Enter Deephaven. Deephaven was born from the need for fast data-driven R&D cycles for quantitative finance in the capital markets industry. Market trends change quickly. Success is driven not only by the ability to innovate, but by the speed of innovation. It is a handicap to have data exploration, model fitting, backtesting, implementation and deployment done as separate activities by siloed people in languages and tools that don’t mix. Having different representations for streaming and historical data only compounds the problem. The Deephaven engine was developed and has evolved to serve a world where feeds are fundamental and both live and historical data share a common vocabulary. To succeed in that world, Deephaven provides common abstractions for streams and static tables via a unified table operations library, in one’s language of choice, for code running both in-process within the data engine or externally as a client, all while using popular and interoperable data formats.
A Kafka example in Deephaven
Consider the problem of analyzing usage level anomalies for a service running in the cloud. The backend for this service is deployed as a number of processes running on top of a machine pool, each process producing telemetry data for the requests it has served. For our metric of interest -- service use -- samples are collected as the number of requests received in fixed sampling intervals of 10 seconds. For the purpose of this example, we will assume a consolidated Kafka feed exists that aggregates overall system use in 10 second intervals. A single event in this feed looks like:
Topic | Partition | Timestamp | Key | Value |
---|---|---|---|---|
ServiceUse | 0 | t0 | MySvcName | TotalRequests |
TotalRequests
above indicates the total number of requests received across all machines in the single 10 second period defined by t0
, encoded as a 64 bit integer.
Aside from the feed itself, a historical data capture for the feed exists in the form of Parquet files, organized via a table directory structure that partitions by day. The historical feed capture adds a Date
column to the columns listed above, as a simple string in the 'YYYY-MM-DD'
form, which is used as partitioning key.
Our goal is to be able to flag anomalies in overall system use level. The intention is to clearly define periods where the system is outside a baseline of expected use. Finding a suitable definition for this baseline is our first step.
We begin by exploring historical data in the Deephaven Console. We load the historical data with the two lines of Python below:
from deephaven.parquet import read
svc_use = read("/path/to/parquet/data/root/dir")
This defines a Deephaven table called svc_use
and creates a table view for it as a separate panel in the web UI, initially showing a few scores of rows from the beginning of the table. The tabular view is useful to get an initial sense of the data. Browsing by scrolling through the view is responsive, despite the amount of data involved. We push the scrollbar to the end of the available range to look at the most recent data. The numbers look comfortably bigger than what we saw in the first block of rows, which reflects organic growth in user adoption for our service. This is expected and is what we want to monitor with this work.
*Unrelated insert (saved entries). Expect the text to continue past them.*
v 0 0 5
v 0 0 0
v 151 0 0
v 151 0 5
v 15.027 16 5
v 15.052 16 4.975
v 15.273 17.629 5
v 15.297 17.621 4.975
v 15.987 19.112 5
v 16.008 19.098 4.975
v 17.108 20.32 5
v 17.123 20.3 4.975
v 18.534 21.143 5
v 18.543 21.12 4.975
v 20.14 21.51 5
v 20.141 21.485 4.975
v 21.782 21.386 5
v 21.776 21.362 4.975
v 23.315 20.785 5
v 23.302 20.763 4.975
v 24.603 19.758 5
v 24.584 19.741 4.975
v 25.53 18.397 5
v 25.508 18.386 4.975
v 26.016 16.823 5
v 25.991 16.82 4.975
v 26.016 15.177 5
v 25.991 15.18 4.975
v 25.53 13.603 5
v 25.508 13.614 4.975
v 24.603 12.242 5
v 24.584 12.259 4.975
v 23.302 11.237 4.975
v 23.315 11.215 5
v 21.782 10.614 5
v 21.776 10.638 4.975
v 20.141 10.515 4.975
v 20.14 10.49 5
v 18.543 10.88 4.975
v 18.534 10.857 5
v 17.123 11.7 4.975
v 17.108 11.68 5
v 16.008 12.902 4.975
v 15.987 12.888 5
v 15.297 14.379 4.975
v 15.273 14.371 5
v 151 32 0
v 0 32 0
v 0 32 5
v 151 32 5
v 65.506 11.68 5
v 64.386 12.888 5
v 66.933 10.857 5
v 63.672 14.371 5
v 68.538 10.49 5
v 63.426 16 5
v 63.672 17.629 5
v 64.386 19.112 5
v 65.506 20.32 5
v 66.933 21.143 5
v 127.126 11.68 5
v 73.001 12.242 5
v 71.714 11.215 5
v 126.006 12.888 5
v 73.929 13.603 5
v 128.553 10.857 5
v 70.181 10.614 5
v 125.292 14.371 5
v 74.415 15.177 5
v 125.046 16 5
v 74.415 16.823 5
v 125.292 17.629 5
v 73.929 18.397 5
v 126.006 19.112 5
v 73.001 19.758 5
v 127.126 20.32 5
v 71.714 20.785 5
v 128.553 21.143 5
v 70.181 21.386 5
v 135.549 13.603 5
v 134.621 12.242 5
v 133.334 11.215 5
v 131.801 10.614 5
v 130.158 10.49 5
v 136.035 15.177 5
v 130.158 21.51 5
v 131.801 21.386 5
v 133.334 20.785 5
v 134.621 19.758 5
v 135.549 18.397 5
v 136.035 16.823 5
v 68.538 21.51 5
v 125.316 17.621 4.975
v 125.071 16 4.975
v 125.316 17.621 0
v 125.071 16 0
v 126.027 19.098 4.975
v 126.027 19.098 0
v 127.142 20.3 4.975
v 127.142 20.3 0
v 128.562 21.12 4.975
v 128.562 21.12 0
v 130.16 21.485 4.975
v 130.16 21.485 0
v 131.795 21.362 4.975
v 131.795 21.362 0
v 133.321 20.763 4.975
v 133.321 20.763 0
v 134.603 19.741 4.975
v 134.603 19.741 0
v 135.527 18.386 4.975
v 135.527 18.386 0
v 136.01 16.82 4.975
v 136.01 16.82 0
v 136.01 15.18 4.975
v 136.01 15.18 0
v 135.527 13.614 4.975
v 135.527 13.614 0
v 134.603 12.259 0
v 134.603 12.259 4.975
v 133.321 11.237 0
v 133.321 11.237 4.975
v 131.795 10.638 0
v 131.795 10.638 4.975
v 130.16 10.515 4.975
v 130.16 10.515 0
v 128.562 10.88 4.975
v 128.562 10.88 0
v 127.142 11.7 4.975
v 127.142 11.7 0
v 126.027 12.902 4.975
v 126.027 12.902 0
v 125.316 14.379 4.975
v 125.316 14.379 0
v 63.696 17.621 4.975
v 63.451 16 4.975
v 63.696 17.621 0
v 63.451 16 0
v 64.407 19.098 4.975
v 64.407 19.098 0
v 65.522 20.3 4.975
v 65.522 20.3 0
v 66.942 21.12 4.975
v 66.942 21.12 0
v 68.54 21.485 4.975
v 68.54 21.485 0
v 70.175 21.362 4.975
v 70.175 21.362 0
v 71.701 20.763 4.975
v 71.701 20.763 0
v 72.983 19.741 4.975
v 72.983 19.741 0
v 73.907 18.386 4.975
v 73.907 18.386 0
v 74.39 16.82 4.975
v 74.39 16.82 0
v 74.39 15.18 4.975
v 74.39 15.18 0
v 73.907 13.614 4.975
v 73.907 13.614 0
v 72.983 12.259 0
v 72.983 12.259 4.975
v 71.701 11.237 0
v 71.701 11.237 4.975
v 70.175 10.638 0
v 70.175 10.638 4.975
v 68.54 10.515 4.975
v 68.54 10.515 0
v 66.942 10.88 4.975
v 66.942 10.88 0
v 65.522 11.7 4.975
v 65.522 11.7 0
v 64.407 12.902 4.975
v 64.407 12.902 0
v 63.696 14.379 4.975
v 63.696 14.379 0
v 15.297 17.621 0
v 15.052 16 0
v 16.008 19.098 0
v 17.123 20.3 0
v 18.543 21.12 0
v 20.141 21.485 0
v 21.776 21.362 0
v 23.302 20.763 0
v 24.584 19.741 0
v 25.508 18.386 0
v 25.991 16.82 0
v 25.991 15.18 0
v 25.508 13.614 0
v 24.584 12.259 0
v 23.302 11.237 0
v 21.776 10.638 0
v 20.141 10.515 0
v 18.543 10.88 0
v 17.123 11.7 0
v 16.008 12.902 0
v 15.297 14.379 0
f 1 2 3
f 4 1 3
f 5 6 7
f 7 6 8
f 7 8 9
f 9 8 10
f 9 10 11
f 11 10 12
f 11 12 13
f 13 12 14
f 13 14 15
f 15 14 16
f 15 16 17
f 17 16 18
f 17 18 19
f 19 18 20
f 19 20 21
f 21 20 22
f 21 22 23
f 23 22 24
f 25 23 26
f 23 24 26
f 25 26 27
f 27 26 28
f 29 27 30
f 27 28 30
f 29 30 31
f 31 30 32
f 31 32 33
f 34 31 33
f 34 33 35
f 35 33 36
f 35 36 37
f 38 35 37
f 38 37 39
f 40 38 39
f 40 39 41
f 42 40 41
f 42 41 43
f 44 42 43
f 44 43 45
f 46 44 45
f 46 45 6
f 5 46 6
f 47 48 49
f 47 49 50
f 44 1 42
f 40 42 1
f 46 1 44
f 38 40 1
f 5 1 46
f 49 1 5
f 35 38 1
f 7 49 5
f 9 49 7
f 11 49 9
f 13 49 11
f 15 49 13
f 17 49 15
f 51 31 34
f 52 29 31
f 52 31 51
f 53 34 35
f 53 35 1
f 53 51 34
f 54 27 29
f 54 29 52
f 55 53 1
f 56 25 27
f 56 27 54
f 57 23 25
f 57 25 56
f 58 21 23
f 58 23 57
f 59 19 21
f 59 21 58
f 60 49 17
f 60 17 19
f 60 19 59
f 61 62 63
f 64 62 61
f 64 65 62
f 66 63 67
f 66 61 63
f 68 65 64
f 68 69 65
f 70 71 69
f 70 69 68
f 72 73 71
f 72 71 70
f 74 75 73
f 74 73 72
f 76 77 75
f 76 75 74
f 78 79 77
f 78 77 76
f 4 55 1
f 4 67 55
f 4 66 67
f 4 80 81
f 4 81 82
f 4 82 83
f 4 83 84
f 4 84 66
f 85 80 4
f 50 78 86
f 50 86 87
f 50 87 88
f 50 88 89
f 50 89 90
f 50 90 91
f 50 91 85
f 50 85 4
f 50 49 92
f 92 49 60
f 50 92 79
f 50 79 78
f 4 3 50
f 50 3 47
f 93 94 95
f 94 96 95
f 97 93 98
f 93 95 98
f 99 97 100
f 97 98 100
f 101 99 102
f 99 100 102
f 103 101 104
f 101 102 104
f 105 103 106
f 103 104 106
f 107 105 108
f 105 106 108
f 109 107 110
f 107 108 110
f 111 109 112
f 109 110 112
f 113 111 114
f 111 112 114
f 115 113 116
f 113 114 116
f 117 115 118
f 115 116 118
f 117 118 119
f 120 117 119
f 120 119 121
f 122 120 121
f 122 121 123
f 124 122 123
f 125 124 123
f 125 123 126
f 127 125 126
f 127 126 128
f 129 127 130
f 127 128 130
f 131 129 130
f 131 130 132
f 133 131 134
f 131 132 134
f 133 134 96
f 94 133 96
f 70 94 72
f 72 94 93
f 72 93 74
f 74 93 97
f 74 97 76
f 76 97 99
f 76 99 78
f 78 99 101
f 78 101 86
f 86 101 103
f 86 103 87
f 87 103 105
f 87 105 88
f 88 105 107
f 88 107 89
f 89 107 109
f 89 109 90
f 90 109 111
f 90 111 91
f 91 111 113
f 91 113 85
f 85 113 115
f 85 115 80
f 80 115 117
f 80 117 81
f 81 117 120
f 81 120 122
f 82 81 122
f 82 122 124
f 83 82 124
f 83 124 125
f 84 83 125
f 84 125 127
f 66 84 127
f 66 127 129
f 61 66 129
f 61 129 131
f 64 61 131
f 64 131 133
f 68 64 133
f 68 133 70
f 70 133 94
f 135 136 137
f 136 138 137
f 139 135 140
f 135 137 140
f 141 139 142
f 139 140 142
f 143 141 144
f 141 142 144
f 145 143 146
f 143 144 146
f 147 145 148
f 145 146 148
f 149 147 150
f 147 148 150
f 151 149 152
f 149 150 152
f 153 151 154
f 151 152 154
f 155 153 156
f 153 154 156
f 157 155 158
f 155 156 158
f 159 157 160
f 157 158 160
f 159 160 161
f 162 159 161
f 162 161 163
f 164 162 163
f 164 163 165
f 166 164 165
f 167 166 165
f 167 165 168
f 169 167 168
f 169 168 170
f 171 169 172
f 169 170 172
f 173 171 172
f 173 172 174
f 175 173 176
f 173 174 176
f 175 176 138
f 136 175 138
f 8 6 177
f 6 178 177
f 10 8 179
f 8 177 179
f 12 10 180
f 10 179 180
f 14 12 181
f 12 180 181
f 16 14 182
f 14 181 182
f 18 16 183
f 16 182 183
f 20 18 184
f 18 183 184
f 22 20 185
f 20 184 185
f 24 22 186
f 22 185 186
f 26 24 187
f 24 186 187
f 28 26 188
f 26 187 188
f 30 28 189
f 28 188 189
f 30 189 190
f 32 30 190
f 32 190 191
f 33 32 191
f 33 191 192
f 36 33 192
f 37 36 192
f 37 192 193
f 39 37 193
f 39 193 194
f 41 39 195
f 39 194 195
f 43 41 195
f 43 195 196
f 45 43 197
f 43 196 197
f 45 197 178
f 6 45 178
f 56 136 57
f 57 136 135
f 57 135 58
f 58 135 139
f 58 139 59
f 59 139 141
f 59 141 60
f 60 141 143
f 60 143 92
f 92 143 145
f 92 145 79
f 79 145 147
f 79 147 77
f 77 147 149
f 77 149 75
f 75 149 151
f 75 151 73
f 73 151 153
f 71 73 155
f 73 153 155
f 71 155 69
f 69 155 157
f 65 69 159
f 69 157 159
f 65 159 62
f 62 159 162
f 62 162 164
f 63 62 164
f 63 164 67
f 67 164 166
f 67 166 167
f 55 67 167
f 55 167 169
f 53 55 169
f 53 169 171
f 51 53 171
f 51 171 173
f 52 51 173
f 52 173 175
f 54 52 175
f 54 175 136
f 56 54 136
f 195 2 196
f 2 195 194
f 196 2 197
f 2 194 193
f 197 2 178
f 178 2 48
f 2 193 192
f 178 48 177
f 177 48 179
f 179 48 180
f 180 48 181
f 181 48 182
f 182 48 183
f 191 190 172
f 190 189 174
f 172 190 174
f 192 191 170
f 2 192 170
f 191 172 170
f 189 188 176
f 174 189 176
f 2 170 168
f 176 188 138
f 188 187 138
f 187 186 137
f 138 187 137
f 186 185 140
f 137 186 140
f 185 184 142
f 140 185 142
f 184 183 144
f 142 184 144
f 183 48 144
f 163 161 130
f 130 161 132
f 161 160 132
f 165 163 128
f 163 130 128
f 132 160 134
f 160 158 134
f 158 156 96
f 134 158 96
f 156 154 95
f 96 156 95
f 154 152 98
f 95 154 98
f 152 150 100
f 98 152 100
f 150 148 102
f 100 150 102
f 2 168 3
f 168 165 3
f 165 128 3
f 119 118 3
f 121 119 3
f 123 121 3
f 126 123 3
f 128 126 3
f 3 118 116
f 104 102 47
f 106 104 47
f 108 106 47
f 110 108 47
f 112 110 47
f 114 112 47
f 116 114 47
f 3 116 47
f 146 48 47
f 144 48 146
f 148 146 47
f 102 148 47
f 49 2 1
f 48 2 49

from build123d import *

# Parameters (mm, degrees)
ESQUISSE1_W                 = 151
ESQUISSE1_H                 = 32
BOSS_EXTRU_1_DEPTH          = 5
D_GAGEMENT_M101_D           = 11
D_GAGEMENT_M101_DEPTH       = 37
D_GAGEMENT_M101_CSINK_D     = 11.05
D_GAGEMENT_M101_CSINK_ANGLE = 90
D_GAGEMENT_M101_TIP         = 3.304733405


with BuildPart() as part:
    # Esquisse1 → Boss.-Extru.1 (new body)
    with BuildSketch(Plane.XY):
        with Locations((75.5, 16)):
            Rectangle(ESQUISSE1_W, ESQUISSE1_H)
    extrude(amount=BOSS_EXTRU_1_DEPTH)

    # Dégagement M101
    with Locations(Plane(origin=(20.552465295, 16, 5), x_dir=(1, 0, 0), z_dir=(0, 0, 1))):
        with Locations((0, 0), (48.398815016, 0), (110.018769744, 0)):
            CounterSinkHole(D_GAGEMENT_M101_D / 2, D_GAGEMENT_M101_CSINK_D / 2, depth=D_GAGEMENT_M101_DEPTH, counter_sink_angle=D_GAGEMENT_M101_CSINK_ANGLE)
            with Locations((0, 0, -(D_GAGEMENT_M101_DEPTH + D_GAGEMENT_M101_TIP / 2))):  # 118° drill point
                Cone(0, D_GAGEMENT_M101_D / 2, D_GAGEMENT_M101_TIP, mode=Mode.SUBTRACT)


solid = part.part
It is important to note that when we execute read
to load the historical data, the statement did not read all the data from the Parquet files, instead only loading the relevant metadata. Actual table data is realized in memory only as operations downstream pull rows from it (such as scrolling through a table view or calculations for derived tables requiring values).
After a bit more browsing, we switch to a graphical view for more perspective. We want a line graph for the last 4 months of data. We create a filtered version of the table:
svc_use_last4months = svc_use.where(filters=["Date > `20210501`"])
With the panel for this new table selected, we click on Table Options and pick Chart Builder from the menu (alternatively, we can type svc_use_last4months.plot()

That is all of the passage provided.